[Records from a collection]
______

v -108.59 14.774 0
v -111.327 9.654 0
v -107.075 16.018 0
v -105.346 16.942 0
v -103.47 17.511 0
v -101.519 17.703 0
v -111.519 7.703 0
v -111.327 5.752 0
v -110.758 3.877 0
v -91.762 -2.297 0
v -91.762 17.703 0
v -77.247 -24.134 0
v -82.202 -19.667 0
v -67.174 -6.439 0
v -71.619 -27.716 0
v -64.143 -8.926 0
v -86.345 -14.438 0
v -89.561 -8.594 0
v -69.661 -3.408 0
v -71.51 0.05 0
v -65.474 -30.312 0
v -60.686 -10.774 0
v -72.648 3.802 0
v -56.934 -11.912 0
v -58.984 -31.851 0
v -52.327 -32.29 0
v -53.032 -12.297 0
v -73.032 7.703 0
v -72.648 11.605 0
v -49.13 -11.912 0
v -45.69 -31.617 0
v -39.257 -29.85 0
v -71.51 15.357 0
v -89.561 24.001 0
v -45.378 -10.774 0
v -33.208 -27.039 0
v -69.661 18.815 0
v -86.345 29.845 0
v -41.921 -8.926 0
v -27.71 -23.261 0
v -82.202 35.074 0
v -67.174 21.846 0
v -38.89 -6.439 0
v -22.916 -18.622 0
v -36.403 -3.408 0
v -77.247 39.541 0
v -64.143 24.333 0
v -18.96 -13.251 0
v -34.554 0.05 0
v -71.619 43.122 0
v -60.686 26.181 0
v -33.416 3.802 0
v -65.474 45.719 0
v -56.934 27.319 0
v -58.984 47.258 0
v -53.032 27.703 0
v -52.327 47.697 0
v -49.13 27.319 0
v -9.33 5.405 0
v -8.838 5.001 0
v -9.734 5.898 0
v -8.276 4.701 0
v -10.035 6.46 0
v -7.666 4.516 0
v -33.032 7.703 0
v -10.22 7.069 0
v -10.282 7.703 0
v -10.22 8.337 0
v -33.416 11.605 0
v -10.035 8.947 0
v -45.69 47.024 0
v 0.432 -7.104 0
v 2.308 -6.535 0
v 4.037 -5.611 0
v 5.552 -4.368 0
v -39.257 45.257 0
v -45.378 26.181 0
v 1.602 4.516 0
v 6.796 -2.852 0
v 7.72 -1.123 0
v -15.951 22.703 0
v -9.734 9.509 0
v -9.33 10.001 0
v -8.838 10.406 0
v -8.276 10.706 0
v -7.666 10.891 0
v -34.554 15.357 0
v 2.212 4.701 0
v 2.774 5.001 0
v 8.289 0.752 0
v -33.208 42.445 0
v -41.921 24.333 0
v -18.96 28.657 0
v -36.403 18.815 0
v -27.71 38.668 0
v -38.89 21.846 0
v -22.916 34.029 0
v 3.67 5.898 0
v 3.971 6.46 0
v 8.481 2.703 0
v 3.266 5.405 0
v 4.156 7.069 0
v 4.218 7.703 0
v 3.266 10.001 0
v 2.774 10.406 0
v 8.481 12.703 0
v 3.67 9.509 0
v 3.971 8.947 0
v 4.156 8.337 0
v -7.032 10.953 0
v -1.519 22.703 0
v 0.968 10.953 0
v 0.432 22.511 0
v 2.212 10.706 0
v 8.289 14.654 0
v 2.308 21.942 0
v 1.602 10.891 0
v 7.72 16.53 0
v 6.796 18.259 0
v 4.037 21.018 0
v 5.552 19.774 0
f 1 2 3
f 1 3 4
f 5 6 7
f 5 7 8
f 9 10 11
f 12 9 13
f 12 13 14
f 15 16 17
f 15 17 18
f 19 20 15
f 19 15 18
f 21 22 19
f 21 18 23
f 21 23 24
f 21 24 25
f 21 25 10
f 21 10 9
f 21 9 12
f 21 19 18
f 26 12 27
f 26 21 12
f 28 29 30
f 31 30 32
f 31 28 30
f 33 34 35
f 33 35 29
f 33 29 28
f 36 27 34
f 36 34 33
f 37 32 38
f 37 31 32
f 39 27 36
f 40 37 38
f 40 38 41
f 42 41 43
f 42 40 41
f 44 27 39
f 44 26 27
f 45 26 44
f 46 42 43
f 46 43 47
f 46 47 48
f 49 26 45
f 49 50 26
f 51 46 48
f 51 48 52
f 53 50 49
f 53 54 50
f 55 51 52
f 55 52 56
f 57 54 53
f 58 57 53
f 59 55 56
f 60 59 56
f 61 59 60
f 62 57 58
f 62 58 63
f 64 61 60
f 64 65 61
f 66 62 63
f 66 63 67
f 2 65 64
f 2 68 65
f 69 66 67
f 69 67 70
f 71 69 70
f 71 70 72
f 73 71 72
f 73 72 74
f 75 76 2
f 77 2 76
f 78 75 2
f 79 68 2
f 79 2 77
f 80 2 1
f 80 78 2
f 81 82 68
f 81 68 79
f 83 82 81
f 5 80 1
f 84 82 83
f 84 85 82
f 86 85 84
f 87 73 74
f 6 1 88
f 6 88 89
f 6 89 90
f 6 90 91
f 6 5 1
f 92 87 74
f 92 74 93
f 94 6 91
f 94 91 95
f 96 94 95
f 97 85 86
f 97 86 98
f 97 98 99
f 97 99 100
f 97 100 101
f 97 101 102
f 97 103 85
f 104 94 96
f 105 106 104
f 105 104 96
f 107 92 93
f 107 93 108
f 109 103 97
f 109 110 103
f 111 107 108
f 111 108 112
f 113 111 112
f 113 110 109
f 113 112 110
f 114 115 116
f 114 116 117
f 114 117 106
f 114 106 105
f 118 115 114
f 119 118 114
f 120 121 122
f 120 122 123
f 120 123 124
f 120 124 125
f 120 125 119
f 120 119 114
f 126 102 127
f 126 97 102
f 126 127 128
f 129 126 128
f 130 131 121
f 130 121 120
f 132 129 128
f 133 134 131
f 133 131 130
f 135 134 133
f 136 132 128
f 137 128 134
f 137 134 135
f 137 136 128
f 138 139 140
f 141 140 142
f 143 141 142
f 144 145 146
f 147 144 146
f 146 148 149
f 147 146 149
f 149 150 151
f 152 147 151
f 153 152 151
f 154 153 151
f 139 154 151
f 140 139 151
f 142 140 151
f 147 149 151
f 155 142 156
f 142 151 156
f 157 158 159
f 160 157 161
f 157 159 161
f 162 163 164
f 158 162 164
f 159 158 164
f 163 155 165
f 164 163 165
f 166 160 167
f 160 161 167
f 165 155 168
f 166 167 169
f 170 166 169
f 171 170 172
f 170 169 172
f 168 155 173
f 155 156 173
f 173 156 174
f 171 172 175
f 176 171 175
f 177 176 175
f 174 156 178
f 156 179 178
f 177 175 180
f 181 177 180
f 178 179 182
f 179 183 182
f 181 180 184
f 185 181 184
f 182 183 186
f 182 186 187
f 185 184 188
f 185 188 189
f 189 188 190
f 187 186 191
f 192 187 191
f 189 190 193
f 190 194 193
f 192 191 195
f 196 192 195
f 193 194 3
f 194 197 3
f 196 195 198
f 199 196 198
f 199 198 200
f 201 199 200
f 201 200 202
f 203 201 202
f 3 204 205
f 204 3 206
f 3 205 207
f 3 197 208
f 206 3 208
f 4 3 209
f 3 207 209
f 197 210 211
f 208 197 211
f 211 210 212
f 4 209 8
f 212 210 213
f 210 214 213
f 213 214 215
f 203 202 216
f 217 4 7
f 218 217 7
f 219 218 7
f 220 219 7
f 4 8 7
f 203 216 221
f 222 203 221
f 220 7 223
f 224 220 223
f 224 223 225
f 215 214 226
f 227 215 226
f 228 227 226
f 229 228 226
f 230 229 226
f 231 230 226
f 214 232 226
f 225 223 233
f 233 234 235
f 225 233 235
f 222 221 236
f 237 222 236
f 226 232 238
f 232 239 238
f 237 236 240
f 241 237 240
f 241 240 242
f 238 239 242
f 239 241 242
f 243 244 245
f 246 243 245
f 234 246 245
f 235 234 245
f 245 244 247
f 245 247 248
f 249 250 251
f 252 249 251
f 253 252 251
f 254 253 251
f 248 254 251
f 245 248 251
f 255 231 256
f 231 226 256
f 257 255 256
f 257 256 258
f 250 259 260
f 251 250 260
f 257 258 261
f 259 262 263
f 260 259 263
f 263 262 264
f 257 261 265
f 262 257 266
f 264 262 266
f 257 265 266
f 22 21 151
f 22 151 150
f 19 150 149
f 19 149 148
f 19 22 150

______

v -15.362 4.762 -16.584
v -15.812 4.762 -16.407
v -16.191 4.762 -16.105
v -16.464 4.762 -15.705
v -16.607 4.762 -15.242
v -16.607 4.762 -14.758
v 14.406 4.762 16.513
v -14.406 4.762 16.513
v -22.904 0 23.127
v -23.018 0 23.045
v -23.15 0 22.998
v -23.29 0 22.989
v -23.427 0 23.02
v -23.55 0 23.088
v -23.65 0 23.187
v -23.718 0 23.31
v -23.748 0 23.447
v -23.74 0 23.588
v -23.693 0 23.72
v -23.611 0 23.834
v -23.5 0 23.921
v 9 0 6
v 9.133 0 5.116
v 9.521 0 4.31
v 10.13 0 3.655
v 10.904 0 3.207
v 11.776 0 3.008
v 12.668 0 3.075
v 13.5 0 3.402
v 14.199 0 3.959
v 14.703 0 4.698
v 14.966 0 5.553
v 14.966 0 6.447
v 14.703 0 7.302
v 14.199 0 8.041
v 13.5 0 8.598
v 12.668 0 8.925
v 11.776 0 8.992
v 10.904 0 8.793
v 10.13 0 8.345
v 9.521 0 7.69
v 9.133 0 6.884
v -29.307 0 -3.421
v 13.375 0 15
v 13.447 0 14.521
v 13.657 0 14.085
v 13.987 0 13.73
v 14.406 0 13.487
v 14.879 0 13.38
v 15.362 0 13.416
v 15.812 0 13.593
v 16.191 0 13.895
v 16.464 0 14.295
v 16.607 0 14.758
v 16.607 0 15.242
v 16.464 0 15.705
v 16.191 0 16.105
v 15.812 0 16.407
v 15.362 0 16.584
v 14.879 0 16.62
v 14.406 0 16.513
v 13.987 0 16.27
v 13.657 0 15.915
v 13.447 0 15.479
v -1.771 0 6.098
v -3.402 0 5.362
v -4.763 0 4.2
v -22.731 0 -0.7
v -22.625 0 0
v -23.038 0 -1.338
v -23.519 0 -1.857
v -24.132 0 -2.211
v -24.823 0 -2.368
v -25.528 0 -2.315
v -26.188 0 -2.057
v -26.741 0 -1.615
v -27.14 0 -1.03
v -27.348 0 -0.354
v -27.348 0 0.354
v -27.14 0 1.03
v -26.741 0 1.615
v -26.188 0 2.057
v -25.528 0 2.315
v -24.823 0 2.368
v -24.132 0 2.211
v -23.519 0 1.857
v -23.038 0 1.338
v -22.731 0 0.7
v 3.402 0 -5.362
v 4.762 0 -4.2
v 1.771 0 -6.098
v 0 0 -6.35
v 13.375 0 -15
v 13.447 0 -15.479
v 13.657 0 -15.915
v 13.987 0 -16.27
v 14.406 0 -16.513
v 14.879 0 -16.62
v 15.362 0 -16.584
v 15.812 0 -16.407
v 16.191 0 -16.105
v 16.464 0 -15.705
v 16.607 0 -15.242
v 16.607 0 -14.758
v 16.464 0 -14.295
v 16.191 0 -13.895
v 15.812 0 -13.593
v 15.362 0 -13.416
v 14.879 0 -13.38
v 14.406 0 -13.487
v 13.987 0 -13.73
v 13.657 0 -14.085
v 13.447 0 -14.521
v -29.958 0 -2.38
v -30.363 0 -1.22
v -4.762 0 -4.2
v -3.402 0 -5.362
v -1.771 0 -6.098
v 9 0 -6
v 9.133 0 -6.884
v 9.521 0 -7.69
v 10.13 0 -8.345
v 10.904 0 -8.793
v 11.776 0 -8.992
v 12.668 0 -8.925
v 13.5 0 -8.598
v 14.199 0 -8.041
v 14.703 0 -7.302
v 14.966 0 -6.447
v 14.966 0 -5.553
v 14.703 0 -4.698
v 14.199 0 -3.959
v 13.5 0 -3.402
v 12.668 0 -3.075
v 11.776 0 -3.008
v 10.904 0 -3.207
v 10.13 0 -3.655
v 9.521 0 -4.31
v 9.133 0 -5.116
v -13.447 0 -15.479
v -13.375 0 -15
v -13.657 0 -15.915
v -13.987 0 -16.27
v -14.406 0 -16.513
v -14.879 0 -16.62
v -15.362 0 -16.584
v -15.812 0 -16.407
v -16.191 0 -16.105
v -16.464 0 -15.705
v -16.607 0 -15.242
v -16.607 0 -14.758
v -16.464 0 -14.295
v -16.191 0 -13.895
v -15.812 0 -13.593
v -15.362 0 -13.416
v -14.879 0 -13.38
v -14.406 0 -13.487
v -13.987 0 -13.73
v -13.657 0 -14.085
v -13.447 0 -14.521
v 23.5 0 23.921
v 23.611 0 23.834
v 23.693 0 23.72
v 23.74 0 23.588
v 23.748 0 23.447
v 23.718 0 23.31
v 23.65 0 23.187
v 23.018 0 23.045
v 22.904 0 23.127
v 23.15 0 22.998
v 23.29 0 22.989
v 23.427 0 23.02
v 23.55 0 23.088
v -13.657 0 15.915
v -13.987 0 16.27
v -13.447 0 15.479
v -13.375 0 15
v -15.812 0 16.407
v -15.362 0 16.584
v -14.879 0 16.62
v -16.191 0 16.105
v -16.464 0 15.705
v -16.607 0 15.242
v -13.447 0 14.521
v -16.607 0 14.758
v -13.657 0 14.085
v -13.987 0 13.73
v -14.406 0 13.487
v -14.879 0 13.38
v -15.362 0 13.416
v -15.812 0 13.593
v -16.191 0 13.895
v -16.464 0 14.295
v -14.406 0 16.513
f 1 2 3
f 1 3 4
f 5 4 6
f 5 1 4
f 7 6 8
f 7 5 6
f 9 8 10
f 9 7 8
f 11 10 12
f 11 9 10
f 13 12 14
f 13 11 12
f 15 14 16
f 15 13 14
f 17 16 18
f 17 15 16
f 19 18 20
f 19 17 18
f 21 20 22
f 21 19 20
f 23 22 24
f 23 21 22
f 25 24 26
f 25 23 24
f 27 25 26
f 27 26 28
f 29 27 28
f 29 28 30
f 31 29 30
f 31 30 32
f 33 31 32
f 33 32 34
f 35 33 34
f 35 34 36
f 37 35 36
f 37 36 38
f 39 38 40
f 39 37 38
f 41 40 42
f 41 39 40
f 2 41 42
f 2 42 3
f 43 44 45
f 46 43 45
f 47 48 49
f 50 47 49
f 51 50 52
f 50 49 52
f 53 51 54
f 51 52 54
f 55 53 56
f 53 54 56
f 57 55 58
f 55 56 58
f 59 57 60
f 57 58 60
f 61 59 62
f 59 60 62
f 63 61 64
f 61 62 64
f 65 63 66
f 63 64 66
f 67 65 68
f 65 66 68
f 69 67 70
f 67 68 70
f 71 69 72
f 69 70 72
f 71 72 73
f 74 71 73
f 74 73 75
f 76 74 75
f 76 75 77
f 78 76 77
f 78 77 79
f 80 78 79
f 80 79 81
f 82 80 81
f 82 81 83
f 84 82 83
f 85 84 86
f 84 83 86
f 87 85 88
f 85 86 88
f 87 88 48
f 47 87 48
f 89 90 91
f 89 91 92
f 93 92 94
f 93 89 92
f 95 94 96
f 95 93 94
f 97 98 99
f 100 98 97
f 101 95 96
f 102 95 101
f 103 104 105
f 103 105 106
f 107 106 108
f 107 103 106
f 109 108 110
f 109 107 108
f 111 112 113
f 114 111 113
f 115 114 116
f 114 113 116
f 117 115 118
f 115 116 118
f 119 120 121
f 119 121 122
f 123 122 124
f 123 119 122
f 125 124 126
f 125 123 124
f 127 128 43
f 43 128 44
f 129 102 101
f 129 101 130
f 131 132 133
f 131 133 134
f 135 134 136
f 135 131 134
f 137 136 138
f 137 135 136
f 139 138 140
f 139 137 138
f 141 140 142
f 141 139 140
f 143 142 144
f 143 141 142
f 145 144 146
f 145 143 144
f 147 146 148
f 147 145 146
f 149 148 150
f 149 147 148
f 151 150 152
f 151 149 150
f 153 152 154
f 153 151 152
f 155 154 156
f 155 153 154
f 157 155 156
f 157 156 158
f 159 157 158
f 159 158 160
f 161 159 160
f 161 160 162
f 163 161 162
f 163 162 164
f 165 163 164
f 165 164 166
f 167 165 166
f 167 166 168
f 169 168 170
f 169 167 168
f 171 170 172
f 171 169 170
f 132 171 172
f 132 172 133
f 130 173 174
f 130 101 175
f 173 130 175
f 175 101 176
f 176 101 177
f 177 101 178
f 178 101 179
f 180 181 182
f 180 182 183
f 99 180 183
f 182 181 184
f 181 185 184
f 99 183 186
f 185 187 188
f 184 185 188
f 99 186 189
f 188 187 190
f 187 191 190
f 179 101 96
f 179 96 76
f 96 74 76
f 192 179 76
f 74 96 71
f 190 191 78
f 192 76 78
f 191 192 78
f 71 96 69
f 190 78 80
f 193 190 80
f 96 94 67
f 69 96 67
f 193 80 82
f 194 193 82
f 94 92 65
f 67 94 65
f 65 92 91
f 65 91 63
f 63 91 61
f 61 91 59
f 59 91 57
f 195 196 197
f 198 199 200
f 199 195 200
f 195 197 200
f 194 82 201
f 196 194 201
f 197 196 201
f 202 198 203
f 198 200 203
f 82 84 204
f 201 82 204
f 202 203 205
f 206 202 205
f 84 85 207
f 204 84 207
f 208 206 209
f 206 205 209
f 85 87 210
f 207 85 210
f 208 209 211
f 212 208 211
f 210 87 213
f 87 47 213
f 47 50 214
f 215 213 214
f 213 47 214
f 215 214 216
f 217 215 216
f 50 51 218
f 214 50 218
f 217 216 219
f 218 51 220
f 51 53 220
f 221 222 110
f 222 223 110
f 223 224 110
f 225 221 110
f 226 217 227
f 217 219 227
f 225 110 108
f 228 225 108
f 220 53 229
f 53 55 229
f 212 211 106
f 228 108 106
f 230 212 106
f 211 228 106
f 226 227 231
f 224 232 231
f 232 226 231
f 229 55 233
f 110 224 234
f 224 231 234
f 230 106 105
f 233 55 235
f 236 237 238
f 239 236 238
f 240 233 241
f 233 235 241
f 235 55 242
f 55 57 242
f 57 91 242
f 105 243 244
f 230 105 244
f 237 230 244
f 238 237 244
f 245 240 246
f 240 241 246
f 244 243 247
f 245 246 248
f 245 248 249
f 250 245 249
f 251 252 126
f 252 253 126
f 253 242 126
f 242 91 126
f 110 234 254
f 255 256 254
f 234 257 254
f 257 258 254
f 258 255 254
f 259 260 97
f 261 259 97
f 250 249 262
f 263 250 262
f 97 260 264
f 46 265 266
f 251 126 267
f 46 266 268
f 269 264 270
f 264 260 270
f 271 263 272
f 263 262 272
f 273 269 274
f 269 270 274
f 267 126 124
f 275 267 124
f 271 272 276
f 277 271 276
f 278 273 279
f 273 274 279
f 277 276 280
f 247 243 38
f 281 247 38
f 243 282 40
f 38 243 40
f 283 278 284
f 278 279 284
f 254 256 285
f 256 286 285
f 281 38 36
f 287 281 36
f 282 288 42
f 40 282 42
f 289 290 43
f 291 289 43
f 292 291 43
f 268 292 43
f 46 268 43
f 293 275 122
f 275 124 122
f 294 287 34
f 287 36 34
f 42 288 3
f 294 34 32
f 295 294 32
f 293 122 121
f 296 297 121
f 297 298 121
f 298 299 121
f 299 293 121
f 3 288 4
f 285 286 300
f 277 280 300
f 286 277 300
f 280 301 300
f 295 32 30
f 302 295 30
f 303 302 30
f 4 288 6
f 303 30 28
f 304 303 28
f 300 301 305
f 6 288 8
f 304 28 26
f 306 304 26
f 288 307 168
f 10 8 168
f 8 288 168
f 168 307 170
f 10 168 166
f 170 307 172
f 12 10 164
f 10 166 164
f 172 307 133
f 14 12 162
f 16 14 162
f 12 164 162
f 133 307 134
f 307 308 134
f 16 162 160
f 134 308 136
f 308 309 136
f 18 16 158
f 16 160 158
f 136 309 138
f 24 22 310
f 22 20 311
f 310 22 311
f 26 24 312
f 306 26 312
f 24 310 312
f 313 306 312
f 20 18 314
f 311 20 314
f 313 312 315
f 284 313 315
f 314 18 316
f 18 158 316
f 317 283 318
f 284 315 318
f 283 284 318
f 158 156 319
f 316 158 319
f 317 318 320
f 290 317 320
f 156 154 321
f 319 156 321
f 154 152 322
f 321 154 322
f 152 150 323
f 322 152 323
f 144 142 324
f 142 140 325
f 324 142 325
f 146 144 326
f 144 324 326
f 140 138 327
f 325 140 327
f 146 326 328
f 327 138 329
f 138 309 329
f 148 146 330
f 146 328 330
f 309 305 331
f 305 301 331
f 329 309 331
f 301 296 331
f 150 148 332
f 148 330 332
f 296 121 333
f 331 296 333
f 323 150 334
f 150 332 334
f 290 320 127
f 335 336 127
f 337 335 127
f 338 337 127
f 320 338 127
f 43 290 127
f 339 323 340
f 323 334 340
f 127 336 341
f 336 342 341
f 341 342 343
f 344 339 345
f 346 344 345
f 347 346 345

______

Task. Extract from the records above the lines from the one containing "v 2.308 21.942 0" to the one containing "f 153 152 151", both lines included, exactly as they appear and with nothing else.

Solution below.
v 2.308 21.942 0
v 1.602 10.891 0
v 7.72 16.53 0
v 6.796 18.259 0
v 4.037 21.018 0
v 5.552 19.774 0
f 1 2 3
f 1 3 4
f 5 6 7
f 5 7 8
f 9 10 11
f 12 9 13
f 12 13 14
f 15 16 17
f 15 17 18
f 19 20 15
f 19 15 18
f 21 22 19
f 21 18 23
f 21 23 24
f 21 24 25
f 21 25 10
f 21 10 9
f 21 9 12
f 21 19 18
f 26 12 27
f 26 21 12
f 28 29 30
f 31 30 32
f 31 28 30
f 33 34 35
f 33 35 29
f 33 29 28
f 36 27 34
f 36 34 33
f 37 32 38
f 37 31 32
f 39 27 36
f 40 37 38
f 40 38 41
f 42 41 43
f 42 40 41
f 44 27 39
f 44 26 27
f 45 26 44
f 46 42 43
f 46 43 47
f 46 47 48
f 49 26 45
f 49 50 26
f 51 46 48
f 51 48 52
f 53 50 49
f 53 54 50
f 55 51 52
f 55 52 56
f 57 54 53
f 58 57 53
f 59 55 56
f 60 59 56
f 61 59 60
f 62 57 58
f 62 58 63
f 64 61 60
f 64 65 61
f 66 62 63
f 66 63 67
f 2 65 64
f 2 68 65
f 69 66 67
f 69 67 70
f 71 69 70
f 71 70 72
f 73 71 72
f 73 72 74
f 75 76 2
f 77 2 76
f 78 75 2
f 79 68 2
f 79 2 77
f 80 2 1
f 80 78 2
f 81 82 68
f 81 68 79
f 83 82 81
f 5 80 1
f 84 82 83
f 84 85 82
f 86 85 84
f 87 73 74
f 6 1 88
f 6 88 89
f 6 89 90
f 6 90 91
f 6 5 1
f 92 87 74
f 92 74 93
f 94 6 91
f 94 91 95
f 96 94 95
f 97 85 86
f 97 86 98
f 97 98 99
f 97 99 100
f 97 100 101
f 97 101 102
f 97 103 85
f 104 94 96
f 105 106 104
f 105 104 96
f 107 92 93
f 107 93 108
f 109 103 97
f 109 110 103
f 111 107 108
f 111 108 112
f 113 111 112
f 113 110 109
f 113 112 110
f 114 115 116
f 114 116 117
f 114 117 106
f 114 106 105
f 118 115 114
f 119 118 114
f 120 121 122
f 120 122 123
f 120 123 124
f 120 124 125
f 120 125 119
f 120 119 114
f 126 102 127
f 126 97 102
f 126 127 128
f 129 126 128
f 130 131 121
f 130 121 120
f 132 129 128
f 133 134 131
f 133 131 130
f 135 134 133
f 136 132 128
f 137 128 134
f 137 134 135
f 137 136 128
f 138 139 140
f 141 140 142
f 143 141 142
f 144 145 146
f 147 144 146
f 146 148 149
f 147 146 149
f 149 150 151
f 152 147 151
f 153 152 151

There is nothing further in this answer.